My wife and I want to escape the high taxes in California. She thinks we should look into a place offering moving incentives. We have two young children; so now may be the best time to move. What advice can you offer on these moving incentives? 

Leaving LA 

Dear Leaving LA,

This is a very significant decision and one you should pray about and think through. I will offer a few tips to help guide you.

Not long ago, I was in Nashville, TN, and happened to meet a couple that had only recently moved (seven months ago) their family of four from Los Angeles. I asked, “Why Nashville?” She was quick to reply, “No state income taxes, much lower property taxes, and we get much more home for our money.” Clearly, they had made their move based on the financial benefits. I pressed in further by asking about any changes to their jobs or careers. She explained that she and her husband both worked from home so it was no change to their income. She also said she liked the schools for their two children, found the people very friendly, and really enjoyed the area, but she missed her family badly.

Moving Incentives

There is a massive amount of relocation happening right now driven by a number of converging factors: COVID 19, state governments’ management of the pandemic, the ability to work from home, and historic low interest rates. A number of moving incentives are in place in an attempt to attract new residents. I will provide some cursory research on the topic.

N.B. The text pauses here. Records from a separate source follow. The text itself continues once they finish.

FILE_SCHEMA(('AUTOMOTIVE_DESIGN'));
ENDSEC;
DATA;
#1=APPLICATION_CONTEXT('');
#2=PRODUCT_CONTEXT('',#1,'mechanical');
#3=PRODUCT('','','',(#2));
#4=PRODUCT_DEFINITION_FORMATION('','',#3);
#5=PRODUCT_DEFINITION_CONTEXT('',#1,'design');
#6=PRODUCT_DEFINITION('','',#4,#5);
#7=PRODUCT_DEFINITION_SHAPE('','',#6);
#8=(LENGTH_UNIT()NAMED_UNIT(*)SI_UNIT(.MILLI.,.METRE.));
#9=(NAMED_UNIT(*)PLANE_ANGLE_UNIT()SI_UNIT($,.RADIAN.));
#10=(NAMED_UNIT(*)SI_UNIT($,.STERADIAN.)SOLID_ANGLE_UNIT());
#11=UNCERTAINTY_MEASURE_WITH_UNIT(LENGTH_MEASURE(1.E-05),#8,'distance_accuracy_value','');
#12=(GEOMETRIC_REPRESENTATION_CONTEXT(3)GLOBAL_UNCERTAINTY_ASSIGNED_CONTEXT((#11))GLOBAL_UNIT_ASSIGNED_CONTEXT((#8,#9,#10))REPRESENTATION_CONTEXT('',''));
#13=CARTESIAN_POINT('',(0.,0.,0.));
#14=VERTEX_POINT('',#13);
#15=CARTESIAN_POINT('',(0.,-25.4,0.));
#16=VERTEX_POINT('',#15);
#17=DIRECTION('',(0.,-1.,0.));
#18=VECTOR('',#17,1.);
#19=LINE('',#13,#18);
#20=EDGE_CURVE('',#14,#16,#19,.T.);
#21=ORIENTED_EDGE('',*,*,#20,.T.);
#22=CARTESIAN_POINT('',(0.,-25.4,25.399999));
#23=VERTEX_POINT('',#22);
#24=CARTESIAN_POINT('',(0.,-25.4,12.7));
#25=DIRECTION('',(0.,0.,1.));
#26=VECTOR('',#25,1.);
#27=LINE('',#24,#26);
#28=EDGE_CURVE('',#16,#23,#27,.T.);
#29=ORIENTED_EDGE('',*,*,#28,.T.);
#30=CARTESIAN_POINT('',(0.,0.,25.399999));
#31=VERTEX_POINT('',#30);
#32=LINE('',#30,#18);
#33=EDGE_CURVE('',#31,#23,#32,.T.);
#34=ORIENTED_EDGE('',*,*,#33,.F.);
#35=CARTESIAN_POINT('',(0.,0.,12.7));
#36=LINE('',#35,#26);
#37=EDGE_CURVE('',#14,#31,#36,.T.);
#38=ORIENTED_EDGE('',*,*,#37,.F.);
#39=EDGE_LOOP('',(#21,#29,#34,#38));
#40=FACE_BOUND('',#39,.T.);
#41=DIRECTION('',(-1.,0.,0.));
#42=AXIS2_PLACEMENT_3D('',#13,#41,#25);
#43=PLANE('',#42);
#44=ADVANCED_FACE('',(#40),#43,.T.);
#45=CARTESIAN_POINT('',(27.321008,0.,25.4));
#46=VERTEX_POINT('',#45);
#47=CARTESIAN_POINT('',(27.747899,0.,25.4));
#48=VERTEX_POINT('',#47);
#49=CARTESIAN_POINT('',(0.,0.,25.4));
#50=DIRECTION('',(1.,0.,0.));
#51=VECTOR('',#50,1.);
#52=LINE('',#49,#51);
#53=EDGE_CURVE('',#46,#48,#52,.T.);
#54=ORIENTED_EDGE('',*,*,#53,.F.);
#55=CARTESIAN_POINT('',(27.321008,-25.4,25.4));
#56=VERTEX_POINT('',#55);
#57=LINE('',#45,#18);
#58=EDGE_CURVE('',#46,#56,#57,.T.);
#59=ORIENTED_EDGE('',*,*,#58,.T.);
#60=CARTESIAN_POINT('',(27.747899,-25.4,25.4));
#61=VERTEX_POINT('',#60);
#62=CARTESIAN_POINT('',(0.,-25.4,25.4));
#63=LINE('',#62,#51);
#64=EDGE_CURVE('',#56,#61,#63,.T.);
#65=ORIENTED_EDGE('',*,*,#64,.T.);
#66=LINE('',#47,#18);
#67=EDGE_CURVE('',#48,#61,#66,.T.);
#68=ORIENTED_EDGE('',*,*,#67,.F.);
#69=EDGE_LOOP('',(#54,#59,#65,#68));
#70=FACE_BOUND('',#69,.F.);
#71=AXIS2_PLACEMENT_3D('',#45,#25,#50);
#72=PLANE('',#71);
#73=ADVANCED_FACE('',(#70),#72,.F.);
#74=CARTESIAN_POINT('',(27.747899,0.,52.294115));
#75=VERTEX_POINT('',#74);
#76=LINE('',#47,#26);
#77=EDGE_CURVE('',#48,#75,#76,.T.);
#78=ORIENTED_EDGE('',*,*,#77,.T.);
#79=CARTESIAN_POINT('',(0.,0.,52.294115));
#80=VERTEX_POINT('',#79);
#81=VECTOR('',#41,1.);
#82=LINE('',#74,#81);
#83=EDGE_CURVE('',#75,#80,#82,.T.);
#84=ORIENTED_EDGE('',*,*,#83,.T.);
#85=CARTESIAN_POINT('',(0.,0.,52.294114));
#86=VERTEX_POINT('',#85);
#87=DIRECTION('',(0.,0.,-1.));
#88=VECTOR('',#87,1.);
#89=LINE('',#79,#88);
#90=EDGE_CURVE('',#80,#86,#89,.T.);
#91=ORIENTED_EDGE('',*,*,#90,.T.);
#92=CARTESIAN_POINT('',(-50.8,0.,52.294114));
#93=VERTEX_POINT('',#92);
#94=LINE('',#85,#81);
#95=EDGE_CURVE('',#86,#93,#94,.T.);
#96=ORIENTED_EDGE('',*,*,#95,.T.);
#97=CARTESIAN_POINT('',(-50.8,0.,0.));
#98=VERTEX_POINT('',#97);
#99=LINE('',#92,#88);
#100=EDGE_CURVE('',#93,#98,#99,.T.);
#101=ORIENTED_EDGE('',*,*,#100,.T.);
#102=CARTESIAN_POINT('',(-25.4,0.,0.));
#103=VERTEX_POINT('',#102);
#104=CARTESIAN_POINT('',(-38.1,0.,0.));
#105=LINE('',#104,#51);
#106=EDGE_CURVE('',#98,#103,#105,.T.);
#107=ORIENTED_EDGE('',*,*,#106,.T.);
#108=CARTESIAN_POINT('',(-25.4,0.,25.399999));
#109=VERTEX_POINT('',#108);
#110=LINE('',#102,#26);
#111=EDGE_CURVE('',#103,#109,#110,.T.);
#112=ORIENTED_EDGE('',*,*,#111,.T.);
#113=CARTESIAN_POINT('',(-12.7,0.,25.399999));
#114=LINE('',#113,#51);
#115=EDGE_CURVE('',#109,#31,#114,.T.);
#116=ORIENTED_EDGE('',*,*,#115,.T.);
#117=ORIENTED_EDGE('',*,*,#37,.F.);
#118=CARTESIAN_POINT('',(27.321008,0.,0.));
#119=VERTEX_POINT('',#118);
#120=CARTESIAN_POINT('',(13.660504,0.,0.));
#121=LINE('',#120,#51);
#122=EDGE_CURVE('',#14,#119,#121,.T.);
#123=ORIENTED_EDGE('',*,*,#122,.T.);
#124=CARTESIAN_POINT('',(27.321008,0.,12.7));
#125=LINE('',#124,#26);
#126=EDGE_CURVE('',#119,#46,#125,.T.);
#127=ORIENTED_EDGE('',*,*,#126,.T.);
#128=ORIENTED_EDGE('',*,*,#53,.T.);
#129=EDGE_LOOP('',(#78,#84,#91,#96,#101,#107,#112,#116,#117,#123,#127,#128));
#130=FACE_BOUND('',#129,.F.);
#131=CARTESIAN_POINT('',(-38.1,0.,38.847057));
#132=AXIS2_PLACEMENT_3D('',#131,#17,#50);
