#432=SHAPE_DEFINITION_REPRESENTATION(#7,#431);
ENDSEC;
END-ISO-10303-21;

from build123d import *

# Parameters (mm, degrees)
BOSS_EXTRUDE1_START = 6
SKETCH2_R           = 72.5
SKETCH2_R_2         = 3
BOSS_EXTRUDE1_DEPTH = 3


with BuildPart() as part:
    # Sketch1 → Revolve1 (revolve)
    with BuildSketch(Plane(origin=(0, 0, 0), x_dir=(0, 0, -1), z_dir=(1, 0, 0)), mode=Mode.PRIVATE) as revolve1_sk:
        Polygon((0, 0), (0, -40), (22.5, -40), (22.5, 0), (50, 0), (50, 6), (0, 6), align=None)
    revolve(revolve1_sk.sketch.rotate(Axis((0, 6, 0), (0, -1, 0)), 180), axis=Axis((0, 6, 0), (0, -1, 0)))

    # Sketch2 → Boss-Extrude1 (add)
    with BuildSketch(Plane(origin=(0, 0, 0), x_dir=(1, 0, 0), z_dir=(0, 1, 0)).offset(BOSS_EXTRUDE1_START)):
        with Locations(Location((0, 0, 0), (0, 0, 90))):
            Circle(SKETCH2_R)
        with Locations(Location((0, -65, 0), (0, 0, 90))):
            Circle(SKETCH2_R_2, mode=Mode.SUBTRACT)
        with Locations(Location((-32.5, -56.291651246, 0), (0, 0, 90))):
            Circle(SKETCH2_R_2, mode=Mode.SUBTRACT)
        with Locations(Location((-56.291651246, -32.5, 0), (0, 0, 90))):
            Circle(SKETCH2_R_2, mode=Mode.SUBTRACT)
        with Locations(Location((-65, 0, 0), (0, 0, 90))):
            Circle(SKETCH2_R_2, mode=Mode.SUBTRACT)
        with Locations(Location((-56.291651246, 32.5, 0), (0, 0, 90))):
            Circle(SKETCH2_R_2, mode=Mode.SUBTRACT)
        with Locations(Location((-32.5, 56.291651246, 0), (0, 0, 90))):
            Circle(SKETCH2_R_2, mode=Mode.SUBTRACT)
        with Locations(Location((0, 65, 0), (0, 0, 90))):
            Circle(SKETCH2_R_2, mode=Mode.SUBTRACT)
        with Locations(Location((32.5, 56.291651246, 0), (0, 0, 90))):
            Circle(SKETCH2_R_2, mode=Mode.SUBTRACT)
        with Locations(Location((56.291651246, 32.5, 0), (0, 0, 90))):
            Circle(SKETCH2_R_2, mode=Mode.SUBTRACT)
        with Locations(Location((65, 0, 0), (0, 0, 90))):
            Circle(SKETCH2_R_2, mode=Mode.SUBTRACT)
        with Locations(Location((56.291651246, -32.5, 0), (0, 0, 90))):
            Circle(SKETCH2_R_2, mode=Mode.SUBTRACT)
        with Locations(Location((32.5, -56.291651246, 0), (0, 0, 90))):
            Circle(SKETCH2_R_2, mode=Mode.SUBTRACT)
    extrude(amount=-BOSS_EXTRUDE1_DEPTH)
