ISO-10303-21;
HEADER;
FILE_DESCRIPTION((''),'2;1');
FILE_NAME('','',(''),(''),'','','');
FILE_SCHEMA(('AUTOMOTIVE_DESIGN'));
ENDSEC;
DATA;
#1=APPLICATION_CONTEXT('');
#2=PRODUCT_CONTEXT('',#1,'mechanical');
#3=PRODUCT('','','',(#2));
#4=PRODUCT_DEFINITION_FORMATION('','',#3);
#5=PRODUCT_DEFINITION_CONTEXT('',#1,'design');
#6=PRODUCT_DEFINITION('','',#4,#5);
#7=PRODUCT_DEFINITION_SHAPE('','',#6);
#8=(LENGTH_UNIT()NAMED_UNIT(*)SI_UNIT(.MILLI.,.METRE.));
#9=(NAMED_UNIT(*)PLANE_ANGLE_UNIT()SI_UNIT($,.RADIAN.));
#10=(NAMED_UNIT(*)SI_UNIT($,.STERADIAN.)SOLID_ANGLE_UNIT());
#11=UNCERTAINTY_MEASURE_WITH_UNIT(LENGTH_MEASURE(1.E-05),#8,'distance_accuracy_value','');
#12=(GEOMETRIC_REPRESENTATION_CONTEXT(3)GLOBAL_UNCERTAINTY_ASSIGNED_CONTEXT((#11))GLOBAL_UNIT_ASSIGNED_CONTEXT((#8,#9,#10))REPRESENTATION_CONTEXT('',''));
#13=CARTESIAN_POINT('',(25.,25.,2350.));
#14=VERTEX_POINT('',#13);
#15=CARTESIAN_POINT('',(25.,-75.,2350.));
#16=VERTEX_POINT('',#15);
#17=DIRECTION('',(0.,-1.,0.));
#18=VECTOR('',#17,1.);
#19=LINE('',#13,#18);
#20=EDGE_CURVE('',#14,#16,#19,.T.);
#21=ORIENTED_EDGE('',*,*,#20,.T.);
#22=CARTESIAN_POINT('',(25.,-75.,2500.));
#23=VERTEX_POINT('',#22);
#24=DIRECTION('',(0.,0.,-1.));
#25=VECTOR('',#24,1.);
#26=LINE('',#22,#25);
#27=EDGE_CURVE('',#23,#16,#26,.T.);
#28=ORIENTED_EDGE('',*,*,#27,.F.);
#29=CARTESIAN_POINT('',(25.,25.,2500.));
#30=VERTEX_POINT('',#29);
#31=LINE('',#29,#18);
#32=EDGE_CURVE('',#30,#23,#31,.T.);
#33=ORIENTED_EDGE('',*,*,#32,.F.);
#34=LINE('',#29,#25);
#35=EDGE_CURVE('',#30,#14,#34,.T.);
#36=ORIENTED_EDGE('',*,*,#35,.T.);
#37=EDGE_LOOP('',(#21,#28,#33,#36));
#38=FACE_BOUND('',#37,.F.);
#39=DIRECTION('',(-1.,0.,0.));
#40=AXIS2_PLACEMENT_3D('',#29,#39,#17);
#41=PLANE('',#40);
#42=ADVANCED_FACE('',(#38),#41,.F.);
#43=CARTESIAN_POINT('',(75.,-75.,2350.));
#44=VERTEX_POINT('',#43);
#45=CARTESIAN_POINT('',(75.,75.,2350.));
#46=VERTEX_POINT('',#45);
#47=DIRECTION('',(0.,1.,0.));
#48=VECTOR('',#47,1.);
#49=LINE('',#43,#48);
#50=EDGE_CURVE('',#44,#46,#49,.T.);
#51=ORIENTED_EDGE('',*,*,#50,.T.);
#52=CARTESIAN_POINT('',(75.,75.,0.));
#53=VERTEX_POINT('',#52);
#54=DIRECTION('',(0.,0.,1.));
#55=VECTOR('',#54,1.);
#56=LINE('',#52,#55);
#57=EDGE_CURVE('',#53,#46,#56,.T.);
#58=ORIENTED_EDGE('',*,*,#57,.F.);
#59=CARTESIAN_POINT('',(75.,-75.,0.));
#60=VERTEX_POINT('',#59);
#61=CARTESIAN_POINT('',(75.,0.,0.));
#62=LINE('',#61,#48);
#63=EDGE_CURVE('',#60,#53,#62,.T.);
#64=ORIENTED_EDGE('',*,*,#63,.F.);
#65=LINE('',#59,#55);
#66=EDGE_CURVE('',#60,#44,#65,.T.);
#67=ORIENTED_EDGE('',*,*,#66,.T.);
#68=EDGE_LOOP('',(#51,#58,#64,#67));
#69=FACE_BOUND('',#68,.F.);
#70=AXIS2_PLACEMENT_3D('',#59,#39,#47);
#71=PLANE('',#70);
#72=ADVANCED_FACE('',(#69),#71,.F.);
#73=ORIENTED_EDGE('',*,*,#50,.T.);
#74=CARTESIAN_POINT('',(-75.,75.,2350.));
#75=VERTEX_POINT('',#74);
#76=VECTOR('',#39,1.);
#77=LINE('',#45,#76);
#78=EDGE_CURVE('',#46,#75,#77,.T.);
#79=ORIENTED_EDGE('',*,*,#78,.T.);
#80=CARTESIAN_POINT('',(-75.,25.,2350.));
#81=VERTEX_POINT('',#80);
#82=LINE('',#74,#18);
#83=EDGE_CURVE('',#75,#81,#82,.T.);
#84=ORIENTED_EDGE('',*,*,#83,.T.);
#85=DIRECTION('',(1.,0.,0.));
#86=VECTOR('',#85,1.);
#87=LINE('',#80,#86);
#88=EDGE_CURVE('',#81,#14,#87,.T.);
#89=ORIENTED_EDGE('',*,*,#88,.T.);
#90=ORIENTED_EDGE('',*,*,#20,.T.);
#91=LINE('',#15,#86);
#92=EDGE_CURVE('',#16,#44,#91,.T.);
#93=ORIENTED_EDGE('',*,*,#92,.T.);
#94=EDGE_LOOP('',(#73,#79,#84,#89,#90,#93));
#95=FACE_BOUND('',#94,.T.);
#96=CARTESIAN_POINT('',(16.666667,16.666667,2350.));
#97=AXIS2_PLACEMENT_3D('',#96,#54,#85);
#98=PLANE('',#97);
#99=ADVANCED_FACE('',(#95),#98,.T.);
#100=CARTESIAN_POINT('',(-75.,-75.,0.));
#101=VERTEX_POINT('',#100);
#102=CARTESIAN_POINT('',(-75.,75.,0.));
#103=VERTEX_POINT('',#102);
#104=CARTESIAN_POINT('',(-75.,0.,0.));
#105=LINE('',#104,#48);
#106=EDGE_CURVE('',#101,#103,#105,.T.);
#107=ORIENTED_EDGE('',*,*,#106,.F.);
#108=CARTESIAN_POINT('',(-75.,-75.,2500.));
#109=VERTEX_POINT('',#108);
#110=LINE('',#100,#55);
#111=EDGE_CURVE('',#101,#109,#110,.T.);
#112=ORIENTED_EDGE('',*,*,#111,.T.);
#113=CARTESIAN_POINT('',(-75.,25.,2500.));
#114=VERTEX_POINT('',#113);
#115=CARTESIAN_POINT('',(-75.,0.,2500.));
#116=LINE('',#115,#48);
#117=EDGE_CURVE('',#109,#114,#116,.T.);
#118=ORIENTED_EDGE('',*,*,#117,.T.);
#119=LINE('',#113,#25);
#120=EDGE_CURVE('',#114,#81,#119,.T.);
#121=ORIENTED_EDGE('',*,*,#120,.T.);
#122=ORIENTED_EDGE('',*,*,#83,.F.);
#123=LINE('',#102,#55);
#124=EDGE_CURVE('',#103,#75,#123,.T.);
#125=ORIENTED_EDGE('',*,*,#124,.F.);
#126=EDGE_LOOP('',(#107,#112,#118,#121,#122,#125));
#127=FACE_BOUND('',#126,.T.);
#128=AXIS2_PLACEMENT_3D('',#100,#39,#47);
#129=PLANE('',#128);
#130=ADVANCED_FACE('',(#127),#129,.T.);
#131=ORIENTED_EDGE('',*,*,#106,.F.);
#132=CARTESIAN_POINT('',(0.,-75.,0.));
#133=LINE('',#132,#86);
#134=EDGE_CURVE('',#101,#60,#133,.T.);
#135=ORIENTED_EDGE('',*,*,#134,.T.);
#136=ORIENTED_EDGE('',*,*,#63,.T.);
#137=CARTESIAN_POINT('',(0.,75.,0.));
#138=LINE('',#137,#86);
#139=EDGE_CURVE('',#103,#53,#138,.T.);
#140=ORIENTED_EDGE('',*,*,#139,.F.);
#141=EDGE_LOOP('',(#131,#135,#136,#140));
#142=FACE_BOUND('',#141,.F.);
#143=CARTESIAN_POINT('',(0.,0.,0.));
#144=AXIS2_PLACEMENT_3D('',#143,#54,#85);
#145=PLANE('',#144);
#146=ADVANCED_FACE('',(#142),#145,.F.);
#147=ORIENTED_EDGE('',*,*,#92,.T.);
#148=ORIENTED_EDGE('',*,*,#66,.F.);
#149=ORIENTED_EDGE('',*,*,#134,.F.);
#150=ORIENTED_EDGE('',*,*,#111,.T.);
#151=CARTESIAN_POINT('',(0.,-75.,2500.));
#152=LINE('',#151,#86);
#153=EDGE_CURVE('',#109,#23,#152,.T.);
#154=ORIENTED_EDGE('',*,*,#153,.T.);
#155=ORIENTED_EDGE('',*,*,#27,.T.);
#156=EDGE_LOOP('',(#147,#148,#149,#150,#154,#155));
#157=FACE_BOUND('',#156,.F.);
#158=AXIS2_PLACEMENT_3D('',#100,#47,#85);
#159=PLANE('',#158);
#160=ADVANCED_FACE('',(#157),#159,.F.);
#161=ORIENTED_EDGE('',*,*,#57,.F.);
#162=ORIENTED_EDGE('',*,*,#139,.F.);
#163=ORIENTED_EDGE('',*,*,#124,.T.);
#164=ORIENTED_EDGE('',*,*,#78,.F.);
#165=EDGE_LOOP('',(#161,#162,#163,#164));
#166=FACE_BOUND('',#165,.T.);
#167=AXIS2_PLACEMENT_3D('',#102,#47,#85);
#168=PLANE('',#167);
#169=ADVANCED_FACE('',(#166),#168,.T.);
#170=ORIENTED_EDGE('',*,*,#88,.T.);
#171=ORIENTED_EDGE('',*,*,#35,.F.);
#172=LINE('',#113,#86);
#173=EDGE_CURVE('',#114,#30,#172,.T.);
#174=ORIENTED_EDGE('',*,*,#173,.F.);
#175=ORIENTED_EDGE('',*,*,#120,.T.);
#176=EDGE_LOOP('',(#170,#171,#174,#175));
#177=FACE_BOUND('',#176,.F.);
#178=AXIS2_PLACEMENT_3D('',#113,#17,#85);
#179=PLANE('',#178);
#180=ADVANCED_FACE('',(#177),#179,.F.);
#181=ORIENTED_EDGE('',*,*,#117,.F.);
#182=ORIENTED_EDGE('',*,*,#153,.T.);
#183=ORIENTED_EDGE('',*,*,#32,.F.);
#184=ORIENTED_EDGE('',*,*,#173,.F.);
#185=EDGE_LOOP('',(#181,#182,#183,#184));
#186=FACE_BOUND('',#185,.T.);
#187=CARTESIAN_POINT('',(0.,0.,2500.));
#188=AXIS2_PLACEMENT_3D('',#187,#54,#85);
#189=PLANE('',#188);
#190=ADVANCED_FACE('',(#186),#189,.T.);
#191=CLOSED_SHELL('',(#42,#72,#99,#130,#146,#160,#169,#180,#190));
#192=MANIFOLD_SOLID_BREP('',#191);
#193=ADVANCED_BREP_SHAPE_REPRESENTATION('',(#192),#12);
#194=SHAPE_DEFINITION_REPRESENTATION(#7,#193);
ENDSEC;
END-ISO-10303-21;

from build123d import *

# Parameters (mm, degrees)
F0_W     = 150
F0_H     = 150
F1_DEPTH = 2500
F3_DEPTH = 150


with BuildPart() as f1:
    # F0 (on Top) → F1 (new body)
    with BuildSketch(Plane.XY):
        Rectangle(F0_W, F0_H)
    extrude(amount=F1_DEPTH)

    # F2 (on face) → F3 (cut)
    with BuildSketch(Plane.XY.offset(2500)):
        Polygon((25, 25), (25, -75), (75, -75), (75, 75), (-75, 75), (-75, 25), align=None)
    extrude(amount=-F3_DEPTH, mode=Mode.SUBTRACT)


solid = f1.part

As you noted, there are several cities or states attempting to attract new residents. Tulsa, Oklahoma; The Ozarks; Savannah, Georgia; Topeka, Kansas; Newton, Iowa; Hamilton, Ohio; and Alaska are all offering cash incentives for new residents. The newest is Morgantown, West Virginia, which I will expand on below as an example of what you can and need to look for.

West Virginia Wants More People is a talent attraction program for remote workers who are seeking a high-quality lifestyle in the mountains of West Virginia. The package, worth $20,000, is an effort to draw remote workers to the state. The program received a major boost with a $25-million grant from native Brad D. Smith and his wife Alys in partnership with West Virginia University’s Outdoor Economic Development collaborative. The program is simple: “We want you to experience work-life balance in a brand-new way through community, purpose and the outdoors. You can bring your remote work to the mountains of West Virginia.”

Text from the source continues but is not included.